- Instructions to follow: The number of lines containing "radius" is the only answer wanted; work it out from the entries below.

- Stored data entries:
◆ ◆ ◆

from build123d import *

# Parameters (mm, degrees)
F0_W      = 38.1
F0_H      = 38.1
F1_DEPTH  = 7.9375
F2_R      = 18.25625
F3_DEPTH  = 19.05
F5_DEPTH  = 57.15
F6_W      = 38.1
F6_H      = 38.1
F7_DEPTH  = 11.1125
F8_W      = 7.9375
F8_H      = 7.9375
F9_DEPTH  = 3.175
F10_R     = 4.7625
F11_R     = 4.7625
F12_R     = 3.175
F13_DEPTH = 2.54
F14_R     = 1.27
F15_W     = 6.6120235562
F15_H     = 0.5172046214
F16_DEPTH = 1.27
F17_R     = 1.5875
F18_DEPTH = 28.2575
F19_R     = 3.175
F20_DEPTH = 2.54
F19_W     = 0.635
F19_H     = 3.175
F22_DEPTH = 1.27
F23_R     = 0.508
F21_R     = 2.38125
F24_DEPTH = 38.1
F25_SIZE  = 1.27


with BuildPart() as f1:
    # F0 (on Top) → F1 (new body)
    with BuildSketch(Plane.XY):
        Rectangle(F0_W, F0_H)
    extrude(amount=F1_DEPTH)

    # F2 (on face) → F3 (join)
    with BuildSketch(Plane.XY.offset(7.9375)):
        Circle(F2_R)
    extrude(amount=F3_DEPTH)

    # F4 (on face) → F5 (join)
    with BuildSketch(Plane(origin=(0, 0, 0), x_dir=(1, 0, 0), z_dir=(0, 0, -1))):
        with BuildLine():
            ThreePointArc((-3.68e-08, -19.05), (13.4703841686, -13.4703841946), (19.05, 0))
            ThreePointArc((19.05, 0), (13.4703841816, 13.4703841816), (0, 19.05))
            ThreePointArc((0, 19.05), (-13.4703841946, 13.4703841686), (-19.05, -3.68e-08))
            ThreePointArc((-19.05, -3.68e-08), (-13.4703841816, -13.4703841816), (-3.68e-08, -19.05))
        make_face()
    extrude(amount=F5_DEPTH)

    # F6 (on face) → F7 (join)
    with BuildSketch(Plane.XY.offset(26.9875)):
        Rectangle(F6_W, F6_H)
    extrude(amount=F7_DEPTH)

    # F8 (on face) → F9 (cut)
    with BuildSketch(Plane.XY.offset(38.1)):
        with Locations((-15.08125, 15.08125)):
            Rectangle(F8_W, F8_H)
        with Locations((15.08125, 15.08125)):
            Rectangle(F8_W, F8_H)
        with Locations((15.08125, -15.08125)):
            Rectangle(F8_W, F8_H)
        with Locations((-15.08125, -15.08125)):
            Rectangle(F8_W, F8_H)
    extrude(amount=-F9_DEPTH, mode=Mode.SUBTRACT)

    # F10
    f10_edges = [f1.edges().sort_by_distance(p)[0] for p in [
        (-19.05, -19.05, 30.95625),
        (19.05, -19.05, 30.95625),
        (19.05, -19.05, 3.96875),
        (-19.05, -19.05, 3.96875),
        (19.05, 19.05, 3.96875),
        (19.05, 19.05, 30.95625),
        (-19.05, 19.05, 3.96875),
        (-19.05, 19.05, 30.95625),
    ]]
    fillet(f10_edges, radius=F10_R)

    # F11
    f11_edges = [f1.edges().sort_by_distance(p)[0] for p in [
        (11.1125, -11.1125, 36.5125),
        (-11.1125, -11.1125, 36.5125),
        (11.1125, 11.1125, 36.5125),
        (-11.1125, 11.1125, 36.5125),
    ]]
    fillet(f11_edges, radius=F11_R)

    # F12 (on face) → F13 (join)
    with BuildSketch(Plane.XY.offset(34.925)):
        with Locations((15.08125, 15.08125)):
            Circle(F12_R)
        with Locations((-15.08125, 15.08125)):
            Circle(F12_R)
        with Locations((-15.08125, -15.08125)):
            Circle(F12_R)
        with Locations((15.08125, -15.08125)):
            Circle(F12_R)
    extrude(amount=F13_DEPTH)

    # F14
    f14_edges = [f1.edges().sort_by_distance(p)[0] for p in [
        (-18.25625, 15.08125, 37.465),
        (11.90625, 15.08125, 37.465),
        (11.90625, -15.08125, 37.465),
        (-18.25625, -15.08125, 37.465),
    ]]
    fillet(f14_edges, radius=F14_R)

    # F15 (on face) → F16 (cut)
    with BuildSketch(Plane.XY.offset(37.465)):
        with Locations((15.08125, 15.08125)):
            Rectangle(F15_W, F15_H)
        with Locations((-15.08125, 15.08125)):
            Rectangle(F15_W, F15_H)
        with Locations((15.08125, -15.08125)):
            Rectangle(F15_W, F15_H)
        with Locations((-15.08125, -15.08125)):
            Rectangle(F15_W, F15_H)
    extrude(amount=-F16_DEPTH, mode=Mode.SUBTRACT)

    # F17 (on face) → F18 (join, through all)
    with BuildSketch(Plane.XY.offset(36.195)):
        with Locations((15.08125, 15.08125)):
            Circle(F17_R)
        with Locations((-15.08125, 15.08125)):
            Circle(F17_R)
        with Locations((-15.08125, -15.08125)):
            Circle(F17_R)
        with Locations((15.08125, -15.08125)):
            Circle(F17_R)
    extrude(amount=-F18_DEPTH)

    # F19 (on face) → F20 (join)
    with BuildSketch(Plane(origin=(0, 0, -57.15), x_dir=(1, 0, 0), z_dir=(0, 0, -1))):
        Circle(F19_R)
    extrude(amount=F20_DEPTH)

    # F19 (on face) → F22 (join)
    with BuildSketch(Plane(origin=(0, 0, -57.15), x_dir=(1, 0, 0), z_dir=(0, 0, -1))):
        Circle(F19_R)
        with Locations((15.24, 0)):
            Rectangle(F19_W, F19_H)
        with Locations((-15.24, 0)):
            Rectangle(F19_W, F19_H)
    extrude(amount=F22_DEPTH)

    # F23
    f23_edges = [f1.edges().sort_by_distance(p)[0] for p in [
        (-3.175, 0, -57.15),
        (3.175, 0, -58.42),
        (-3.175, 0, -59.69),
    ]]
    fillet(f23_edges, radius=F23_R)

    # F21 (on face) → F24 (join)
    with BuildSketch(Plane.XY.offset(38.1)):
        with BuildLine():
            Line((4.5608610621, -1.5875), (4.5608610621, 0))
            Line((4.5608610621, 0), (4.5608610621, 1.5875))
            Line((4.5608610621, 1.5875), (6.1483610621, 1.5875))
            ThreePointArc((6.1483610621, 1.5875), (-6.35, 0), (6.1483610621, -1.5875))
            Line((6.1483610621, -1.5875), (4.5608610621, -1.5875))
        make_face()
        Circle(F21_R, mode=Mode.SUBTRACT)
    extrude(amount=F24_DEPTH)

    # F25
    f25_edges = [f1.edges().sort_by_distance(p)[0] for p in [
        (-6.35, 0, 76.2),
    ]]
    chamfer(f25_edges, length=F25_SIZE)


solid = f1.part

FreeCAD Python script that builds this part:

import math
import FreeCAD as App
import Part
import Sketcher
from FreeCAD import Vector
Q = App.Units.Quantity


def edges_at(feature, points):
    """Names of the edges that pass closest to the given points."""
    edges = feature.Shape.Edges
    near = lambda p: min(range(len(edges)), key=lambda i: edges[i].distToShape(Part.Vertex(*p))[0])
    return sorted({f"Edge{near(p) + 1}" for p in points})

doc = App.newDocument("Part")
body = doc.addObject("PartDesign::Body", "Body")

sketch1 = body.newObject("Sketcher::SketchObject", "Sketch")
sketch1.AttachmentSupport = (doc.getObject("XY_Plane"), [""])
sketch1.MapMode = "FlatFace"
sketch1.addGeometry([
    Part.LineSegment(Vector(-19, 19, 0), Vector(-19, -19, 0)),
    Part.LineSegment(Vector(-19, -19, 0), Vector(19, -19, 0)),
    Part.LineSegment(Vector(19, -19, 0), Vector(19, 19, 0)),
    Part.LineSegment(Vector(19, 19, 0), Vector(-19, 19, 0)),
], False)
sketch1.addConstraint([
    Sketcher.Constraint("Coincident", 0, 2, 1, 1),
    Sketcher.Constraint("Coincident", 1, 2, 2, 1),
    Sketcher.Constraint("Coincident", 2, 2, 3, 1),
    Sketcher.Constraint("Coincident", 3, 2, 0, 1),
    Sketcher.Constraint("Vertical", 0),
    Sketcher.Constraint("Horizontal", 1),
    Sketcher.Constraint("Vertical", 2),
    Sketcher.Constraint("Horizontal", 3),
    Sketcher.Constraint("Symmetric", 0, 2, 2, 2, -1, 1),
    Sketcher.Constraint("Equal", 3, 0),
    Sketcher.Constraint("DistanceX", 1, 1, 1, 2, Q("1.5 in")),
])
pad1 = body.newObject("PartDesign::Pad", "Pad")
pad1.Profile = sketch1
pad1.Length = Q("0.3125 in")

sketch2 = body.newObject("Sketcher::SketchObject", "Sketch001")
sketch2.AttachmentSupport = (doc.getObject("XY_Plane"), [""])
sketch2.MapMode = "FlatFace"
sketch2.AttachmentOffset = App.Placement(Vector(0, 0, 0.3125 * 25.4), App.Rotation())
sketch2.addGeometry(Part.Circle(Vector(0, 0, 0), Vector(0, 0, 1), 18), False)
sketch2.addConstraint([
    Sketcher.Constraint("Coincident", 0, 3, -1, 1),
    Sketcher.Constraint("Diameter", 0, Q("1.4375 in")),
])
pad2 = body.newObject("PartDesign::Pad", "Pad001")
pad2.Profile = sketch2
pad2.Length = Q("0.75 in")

◆ ◆ ◆

- Answer to this exercise: 4